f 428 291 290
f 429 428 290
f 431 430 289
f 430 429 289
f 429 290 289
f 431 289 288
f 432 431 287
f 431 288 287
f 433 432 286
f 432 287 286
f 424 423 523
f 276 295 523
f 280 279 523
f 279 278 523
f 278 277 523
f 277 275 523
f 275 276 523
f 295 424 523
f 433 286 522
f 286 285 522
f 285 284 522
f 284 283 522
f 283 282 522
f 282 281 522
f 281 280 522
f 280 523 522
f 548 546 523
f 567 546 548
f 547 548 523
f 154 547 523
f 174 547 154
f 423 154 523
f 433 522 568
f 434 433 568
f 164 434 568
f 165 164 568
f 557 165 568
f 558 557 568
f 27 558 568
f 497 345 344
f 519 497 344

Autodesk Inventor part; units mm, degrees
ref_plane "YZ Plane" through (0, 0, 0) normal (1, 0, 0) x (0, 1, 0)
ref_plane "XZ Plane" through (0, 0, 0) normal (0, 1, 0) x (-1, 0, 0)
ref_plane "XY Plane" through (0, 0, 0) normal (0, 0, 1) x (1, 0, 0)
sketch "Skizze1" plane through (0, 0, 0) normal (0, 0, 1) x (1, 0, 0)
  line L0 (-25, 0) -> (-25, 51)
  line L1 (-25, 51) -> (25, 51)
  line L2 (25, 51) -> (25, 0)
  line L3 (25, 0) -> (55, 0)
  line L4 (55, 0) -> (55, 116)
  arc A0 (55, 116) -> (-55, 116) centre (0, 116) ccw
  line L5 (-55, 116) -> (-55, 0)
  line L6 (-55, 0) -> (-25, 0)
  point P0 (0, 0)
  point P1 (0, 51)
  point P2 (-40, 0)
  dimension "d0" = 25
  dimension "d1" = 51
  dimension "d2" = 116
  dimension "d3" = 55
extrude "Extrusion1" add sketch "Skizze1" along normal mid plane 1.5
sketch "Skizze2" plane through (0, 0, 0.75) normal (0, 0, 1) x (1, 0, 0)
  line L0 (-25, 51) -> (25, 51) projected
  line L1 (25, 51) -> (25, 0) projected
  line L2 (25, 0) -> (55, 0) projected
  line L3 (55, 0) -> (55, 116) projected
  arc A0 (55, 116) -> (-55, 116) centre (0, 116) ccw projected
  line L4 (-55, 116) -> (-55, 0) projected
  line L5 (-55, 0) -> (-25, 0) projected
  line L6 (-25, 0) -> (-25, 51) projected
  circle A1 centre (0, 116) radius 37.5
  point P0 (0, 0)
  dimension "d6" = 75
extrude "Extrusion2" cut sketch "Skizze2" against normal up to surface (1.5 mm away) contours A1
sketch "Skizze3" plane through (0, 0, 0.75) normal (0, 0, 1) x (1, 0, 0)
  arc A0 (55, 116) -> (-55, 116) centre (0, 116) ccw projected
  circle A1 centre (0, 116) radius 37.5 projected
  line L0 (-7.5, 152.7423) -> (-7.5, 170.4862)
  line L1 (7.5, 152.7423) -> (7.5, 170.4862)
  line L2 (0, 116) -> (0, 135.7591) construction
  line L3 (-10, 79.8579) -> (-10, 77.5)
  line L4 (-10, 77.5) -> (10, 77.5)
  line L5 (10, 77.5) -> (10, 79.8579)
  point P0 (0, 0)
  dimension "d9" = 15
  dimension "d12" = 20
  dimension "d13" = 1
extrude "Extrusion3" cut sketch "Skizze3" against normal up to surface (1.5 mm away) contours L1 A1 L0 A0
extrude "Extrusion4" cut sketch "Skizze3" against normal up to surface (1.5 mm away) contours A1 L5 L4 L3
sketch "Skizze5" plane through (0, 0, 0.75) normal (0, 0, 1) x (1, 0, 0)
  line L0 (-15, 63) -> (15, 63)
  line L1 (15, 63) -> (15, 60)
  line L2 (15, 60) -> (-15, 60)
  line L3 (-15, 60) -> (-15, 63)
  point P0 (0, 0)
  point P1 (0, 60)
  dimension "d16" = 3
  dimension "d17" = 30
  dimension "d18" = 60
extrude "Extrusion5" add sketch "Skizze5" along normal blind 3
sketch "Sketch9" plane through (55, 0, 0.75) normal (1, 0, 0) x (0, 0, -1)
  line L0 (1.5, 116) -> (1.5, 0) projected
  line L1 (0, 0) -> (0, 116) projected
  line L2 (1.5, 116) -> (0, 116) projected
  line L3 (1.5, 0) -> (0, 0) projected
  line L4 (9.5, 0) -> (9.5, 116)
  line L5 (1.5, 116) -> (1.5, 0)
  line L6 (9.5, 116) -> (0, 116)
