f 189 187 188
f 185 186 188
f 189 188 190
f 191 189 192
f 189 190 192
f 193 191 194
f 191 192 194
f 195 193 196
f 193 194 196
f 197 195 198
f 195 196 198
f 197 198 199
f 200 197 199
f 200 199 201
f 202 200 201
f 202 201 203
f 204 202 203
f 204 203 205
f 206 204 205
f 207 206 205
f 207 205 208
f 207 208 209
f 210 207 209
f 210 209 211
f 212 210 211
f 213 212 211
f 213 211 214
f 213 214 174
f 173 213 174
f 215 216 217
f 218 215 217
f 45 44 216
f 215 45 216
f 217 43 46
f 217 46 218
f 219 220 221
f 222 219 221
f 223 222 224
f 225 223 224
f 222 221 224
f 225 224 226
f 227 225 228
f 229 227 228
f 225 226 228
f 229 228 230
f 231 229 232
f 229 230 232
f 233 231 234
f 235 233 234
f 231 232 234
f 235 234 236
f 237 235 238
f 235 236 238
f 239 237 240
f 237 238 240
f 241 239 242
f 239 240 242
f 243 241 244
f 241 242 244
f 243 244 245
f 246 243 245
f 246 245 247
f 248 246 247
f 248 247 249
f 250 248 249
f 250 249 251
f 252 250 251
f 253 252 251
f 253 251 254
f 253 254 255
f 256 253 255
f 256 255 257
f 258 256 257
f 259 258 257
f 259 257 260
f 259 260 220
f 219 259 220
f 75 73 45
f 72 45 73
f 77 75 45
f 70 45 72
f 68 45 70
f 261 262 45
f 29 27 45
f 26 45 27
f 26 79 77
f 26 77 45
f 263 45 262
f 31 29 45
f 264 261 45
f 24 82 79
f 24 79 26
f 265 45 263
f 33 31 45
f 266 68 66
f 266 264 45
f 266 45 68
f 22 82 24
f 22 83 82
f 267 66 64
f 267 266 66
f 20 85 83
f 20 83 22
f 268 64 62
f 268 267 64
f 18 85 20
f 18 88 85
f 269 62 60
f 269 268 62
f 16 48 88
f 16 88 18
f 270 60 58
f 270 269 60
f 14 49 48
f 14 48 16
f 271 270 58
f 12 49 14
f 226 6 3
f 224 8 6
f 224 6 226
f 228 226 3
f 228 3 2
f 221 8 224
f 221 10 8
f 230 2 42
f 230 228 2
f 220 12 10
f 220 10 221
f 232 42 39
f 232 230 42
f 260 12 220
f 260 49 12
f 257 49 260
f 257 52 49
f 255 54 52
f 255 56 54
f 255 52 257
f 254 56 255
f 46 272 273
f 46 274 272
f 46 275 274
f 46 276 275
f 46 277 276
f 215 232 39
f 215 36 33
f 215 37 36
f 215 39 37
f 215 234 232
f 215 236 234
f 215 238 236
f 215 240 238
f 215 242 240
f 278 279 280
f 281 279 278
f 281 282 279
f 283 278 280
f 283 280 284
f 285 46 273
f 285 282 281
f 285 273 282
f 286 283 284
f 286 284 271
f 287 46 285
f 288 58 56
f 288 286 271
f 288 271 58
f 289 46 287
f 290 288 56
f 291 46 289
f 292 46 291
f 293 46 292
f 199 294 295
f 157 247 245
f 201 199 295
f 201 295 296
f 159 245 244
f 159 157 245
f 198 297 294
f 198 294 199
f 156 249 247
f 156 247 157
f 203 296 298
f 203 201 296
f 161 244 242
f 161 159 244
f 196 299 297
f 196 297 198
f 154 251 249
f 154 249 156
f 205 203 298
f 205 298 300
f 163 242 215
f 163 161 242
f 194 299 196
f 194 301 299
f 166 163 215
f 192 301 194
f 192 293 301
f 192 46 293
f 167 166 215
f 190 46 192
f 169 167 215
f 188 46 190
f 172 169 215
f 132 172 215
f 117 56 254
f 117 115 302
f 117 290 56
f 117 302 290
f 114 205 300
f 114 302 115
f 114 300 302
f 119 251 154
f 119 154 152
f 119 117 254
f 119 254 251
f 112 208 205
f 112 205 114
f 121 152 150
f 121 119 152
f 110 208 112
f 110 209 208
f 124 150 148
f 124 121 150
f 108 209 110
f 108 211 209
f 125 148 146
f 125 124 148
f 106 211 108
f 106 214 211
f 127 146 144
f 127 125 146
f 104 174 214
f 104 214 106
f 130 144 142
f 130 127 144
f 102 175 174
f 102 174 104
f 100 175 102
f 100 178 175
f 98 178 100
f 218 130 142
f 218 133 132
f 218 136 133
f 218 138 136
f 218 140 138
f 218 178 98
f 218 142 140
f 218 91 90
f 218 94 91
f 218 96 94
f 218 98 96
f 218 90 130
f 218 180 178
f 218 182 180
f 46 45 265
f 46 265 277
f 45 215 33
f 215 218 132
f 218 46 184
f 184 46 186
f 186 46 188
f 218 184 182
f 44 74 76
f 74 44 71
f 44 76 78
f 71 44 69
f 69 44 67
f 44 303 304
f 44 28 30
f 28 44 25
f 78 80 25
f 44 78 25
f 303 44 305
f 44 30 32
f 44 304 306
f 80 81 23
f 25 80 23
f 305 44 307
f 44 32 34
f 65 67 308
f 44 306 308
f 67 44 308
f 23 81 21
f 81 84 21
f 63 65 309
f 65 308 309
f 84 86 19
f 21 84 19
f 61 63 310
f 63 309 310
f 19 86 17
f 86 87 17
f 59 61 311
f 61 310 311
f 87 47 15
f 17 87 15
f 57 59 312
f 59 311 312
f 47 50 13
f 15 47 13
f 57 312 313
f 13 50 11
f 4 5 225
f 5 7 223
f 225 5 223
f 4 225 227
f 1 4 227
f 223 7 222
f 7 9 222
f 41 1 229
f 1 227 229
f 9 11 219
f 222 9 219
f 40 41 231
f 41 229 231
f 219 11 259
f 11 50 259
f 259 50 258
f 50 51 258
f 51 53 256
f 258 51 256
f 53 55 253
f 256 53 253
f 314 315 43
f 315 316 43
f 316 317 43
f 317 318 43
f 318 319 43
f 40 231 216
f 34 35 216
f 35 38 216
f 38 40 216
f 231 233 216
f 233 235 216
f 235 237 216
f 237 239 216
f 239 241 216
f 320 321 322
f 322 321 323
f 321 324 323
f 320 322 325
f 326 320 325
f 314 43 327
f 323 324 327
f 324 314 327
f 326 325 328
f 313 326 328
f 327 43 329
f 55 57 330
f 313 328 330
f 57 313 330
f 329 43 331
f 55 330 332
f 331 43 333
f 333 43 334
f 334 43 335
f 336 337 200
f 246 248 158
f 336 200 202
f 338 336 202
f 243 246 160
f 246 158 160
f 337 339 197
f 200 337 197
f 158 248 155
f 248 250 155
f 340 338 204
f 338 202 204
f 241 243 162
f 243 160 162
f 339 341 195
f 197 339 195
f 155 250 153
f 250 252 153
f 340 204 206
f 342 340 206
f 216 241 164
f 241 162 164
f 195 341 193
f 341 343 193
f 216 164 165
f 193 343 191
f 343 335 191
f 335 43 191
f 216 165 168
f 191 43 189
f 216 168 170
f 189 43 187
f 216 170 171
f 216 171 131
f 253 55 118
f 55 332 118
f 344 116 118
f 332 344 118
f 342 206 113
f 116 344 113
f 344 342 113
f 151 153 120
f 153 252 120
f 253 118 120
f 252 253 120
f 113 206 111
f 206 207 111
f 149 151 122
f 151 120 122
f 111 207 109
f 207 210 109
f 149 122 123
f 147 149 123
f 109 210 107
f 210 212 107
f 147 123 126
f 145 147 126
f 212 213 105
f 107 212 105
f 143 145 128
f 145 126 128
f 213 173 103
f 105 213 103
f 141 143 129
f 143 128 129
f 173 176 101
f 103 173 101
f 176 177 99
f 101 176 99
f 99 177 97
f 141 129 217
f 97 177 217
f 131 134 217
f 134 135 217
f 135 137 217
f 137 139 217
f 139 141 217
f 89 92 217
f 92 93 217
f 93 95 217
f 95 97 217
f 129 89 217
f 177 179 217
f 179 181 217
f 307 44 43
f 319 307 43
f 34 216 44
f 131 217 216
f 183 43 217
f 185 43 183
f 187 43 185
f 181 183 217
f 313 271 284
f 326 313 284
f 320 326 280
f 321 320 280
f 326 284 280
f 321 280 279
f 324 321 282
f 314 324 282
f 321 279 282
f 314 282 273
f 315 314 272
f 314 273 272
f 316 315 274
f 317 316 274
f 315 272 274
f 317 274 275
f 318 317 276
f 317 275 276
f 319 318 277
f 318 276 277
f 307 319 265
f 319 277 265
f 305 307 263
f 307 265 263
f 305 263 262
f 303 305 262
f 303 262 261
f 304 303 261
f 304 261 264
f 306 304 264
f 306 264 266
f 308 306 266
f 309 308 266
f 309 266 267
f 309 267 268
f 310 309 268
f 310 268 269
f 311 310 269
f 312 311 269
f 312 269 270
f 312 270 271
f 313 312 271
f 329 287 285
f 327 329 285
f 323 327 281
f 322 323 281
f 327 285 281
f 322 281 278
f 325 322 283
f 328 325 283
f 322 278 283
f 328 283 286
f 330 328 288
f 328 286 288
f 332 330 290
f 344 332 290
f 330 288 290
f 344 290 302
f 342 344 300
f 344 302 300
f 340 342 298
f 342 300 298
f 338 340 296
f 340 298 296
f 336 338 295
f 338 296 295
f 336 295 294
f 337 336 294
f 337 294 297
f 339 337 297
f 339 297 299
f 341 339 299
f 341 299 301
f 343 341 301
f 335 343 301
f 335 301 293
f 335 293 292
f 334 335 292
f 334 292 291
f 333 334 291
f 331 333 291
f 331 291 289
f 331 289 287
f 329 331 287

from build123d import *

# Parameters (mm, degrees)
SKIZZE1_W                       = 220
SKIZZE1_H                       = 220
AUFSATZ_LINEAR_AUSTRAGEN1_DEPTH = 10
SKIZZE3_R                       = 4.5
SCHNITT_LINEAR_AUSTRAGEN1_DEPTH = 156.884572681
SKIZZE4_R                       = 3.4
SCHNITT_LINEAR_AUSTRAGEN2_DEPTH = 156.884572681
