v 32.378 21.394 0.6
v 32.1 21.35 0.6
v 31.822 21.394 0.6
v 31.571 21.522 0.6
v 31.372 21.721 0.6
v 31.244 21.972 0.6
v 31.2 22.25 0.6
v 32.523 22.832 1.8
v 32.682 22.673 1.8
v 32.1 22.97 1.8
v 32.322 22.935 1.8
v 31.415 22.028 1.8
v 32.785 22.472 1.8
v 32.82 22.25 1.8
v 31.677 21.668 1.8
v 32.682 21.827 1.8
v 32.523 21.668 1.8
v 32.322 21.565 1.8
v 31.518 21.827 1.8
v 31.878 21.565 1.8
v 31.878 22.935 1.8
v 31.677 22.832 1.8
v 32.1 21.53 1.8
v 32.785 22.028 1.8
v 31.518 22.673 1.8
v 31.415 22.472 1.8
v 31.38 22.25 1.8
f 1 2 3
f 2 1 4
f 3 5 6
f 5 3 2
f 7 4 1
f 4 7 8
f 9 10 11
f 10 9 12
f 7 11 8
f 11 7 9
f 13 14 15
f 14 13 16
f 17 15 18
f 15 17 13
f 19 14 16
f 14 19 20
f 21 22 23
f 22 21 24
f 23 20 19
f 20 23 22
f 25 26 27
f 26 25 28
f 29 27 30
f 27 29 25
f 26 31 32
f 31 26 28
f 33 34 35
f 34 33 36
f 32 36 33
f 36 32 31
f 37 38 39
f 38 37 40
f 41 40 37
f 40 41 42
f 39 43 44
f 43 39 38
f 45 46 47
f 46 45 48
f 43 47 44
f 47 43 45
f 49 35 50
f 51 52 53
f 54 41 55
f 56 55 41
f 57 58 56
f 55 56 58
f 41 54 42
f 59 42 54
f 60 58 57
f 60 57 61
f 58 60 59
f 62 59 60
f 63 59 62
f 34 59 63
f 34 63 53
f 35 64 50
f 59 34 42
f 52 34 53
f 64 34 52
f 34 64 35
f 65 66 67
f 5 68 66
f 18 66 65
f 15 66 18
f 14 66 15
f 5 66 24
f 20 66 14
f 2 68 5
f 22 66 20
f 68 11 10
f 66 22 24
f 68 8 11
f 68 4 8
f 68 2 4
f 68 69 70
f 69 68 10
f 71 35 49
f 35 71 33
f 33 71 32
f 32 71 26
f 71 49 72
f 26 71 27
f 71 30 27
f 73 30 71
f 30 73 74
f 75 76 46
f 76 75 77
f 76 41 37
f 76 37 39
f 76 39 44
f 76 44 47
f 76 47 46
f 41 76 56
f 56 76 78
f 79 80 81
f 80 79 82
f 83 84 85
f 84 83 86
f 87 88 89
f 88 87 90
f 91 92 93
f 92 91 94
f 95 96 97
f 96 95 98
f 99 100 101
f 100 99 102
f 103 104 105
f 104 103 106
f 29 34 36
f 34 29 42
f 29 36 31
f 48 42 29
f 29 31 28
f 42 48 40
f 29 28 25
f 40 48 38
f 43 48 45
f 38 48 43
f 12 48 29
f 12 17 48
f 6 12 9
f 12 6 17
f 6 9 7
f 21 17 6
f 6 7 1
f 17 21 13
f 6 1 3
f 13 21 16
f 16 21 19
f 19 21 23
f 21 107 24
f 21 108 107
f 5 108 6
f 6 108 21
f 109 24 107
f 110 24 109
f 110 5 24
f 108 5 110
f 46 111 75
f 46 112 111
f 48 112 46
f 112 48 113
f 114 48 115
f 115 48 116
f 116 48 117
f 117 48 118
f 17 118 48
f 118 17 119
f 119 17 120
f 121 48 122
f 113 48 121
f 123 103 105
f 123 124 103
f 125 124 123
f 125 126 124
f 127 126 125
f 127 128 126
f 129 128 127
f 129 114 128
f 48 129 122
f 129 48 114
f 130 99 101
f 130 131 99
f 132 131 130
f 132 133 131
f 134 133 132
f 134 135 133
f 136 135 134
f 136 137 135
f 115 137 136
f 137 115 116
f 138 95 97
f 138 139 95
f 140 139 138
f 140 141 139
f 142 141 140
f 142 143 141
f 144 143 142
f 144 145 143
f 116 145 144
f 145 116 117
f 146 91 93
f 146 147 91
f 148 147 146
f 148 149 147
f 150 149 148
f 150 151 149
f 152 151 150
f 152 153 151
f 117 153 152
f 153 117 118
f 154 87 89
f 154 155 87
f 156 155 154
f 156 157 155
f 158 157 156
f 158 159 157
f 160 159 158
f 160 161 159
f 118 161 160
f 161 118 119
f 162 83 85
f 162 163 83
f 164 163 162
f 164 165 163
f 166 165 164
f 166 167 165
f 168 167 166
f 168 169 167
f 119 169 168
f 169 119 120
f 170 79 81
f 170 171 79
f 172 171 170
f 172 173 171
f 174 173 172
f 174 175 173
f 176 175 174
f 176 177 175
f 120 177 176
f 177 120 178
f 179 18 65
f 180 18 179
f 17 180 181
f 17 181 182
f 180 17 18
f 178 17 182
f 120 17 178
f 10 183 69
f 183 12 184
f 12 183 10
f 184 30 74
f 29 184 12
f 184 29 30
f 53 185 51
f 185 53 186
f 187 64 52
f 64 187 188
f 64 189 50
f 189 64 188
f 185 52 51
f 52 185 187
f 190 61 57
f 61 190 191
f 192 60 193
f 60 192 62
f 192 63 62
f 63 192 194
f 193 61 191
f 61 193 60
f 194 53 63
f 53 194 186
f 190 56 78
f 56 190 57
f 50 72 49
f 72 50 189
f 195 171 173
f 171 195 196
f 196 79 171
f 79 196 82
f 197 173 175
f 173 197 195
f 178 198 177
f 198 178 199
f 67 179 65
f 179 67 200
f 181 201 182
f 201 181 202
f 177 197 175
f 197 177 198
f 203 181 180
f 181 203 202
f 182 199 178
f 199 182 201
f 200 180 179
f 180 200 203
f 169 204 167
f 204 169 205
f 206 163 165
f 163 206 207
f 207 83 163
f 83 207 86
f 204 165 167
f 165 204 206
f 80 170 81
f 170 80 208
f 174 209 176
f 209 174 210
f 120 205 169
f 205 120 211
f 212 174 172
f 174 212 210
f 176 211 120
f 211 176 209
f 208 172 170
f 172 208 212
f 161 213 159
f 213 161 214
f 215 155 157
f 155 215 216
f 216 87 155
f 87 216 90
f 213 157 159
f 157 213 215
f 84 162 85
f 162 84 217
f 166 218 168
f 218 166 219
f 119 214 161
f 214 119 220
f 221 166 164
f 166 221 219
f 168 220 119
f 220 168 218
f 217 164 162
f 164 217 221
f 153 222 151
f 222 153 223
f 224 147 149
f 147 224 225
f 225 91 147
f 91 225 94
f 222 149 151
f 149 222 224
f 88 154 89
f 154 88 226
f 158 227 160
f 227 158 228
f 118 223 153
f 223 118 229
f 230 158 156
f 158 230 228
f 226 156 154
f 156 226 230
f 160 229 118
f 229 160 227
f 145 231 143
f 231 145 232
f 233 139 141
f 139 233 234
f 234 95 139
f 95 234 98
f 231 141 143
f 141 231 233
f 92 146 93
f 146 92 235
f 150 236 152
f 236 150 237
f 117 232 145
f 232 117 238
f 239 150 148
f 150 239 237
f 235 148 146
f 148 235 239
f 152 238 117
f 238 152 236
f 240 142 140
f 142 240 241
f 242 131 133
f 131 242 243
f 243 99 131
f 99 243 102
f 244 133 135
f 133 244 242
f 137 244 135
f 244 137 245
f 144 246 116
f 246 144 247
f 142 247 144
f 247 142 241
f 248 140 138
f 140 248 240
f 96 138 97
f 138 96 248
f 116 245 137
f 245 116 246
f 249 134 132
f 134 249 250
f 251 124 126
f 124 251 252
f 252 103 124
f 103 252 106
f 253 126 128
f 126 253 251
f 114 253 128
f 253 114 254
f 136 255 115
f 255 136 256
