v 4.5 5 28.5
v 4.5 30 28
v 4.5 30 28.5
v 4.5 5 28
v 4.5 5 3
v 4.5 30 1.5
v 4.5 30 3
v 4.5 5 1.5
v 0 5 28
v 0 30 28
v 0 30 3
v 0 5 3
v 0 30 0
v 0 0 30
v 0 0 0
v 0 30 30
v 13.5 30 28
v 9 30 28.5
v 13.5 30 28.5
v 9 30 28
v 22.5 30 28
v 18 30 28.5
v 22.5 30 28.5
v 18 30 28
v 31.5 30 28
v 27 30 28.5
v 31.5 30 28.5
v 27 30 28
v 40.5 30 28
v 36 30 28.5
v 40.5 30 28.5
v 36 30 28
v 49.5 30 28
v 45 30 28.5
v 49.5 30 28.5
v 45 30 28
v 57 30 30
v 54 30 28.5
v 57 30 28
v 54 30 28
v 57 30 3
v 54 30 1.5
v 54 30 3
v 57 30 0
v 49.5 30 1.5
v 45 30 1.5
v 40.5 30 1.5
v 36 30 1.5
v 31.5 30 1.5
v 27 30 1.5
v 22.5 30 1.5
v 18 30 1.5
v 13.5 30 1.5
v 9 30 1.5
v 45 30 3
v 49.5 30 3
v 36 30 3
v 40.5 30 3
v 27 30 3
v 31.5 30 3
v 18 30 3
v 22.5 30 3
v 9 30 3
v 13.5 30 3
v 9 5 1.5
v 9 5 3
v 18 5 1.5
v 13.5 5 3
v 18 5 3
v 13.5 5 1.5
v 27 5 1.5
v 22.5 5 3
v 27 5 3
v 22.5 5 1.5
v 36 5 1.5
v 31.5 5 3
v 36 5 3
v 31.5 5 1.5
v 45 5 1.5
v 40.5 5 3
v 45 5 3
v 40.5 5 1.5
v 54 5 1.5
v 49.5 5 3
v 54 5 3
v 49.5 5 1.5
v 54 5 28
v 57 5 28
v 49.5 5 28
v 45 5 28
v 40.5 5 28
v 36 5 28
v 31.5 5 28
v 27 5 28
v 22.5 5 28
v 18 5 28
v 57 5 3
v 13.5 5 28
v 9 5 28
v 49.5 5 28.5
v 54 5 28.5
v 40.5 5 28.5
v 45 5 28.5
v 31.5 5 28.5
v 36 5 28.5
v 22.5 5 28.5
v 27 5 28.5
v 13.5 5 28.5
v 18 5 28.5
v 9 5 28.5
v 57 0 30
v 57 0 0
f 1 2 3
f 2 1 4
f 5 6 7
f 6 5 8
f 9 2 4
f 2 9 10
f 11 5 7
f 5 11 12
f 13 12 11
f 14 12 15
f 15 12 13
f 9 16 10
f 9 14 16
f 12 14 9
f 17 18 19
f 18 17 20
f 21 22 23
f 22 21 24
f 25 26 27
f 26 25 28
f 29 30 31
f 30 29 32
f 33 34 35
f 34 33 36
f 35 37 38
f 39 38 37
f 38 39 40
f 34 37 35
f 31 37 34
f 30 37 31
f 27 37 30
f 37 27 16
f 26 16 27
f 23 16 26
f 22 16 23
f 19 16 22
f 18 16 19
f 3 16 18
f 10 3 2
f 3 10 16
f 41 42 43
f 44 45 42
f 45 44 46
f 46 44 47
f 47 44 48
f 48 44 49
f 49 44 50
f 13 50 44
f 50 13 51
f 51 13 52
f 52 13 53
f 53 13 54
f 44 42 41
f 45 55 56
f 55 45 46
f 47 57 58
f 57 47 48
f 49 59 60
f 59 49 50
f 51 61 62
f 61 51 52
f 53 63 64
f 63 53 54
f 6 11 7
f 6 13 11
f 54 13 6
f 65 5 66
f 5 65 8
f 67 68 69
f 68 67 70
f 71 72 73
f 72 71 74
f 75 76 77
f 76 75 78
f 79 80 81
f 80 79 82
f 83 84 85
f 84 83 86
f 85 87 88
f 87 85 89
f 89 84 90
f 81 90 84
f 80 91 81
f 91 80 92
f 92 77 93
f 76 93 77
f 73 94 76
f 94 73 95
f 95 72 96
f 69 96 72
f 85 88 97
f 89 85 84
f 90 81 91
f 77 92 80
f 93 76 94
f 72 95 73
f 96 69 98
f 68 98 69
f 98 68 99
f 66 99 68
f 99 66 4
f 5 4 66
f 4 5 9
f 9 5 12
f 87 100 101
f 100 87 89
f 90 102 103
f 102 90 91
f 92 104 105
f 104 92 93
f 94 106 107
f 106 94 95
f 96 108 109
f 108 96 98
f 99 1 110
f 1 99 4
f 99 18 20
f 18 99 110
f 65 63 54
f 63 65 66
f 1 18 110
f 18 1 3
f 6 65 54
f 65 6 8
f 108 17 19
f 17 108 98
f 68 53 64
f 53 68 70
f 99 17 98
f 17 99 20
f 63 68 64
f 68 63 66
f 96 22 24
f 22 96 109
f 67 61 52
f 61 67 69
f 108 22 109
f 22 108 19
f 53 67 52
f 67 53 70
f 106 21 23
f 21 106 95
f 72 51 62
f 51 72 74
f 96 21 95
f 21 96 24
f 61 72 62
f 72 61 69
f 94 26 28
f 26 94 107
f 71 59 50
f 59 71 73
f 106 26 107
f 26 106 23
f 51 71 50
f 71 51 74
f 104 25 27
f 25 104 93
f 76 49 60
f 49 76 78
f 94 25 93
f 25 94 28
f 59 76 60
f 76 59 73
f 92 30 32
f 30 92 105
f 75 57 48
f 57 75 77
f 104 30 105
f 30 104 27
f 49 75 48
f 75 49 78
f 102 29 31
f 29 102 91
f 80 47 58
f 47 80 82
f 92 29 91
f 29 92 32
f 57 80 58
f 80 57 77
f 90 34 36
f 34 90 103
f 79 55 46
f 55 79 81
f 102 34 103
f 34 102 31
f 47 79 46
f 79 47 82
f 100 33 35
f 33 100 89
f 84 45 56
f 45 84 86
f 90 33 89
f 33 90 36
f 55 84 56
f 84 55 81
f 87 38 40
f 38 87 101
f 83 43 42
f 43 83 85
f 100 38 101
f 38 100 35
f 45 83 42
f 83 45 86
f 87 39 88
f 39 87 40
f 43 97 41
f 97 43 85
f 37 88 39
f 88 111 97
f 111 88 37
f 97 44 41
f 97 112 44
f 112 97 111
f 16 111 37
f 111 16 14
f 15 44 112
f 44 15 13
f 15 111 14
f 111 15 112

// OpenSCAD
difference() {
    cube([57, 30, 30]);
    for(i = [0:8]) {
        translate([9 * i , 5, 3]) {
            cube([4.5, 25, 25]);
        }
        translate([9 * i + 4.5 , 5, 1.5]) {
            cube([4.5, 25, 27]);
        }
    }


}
# # #
[WORK TASK] Which lines in the records above contain the word "extrude"? Copy each one.

[ANSWER TO THIS TASK]
extrude "Extrusion1" add sketch "Skizze1" along normal mid plane 1.5
extrude "Extrusion2" cut sketch "Skizze2" against normal up to surface (1.5 mm away) contours A1
extrude "Extrusion3" cut sketch "Skizze3" against normal up to surface (1.5 mm away) contours L1 A1 L0 A0
extrude "Extrusion4" cut sketch "Skizze3" against normal up to surface (1.5 mm away) contours A1 L5 L4 L3
extrude "Extrusion5" add sketch "Skizze5" along normal blind 3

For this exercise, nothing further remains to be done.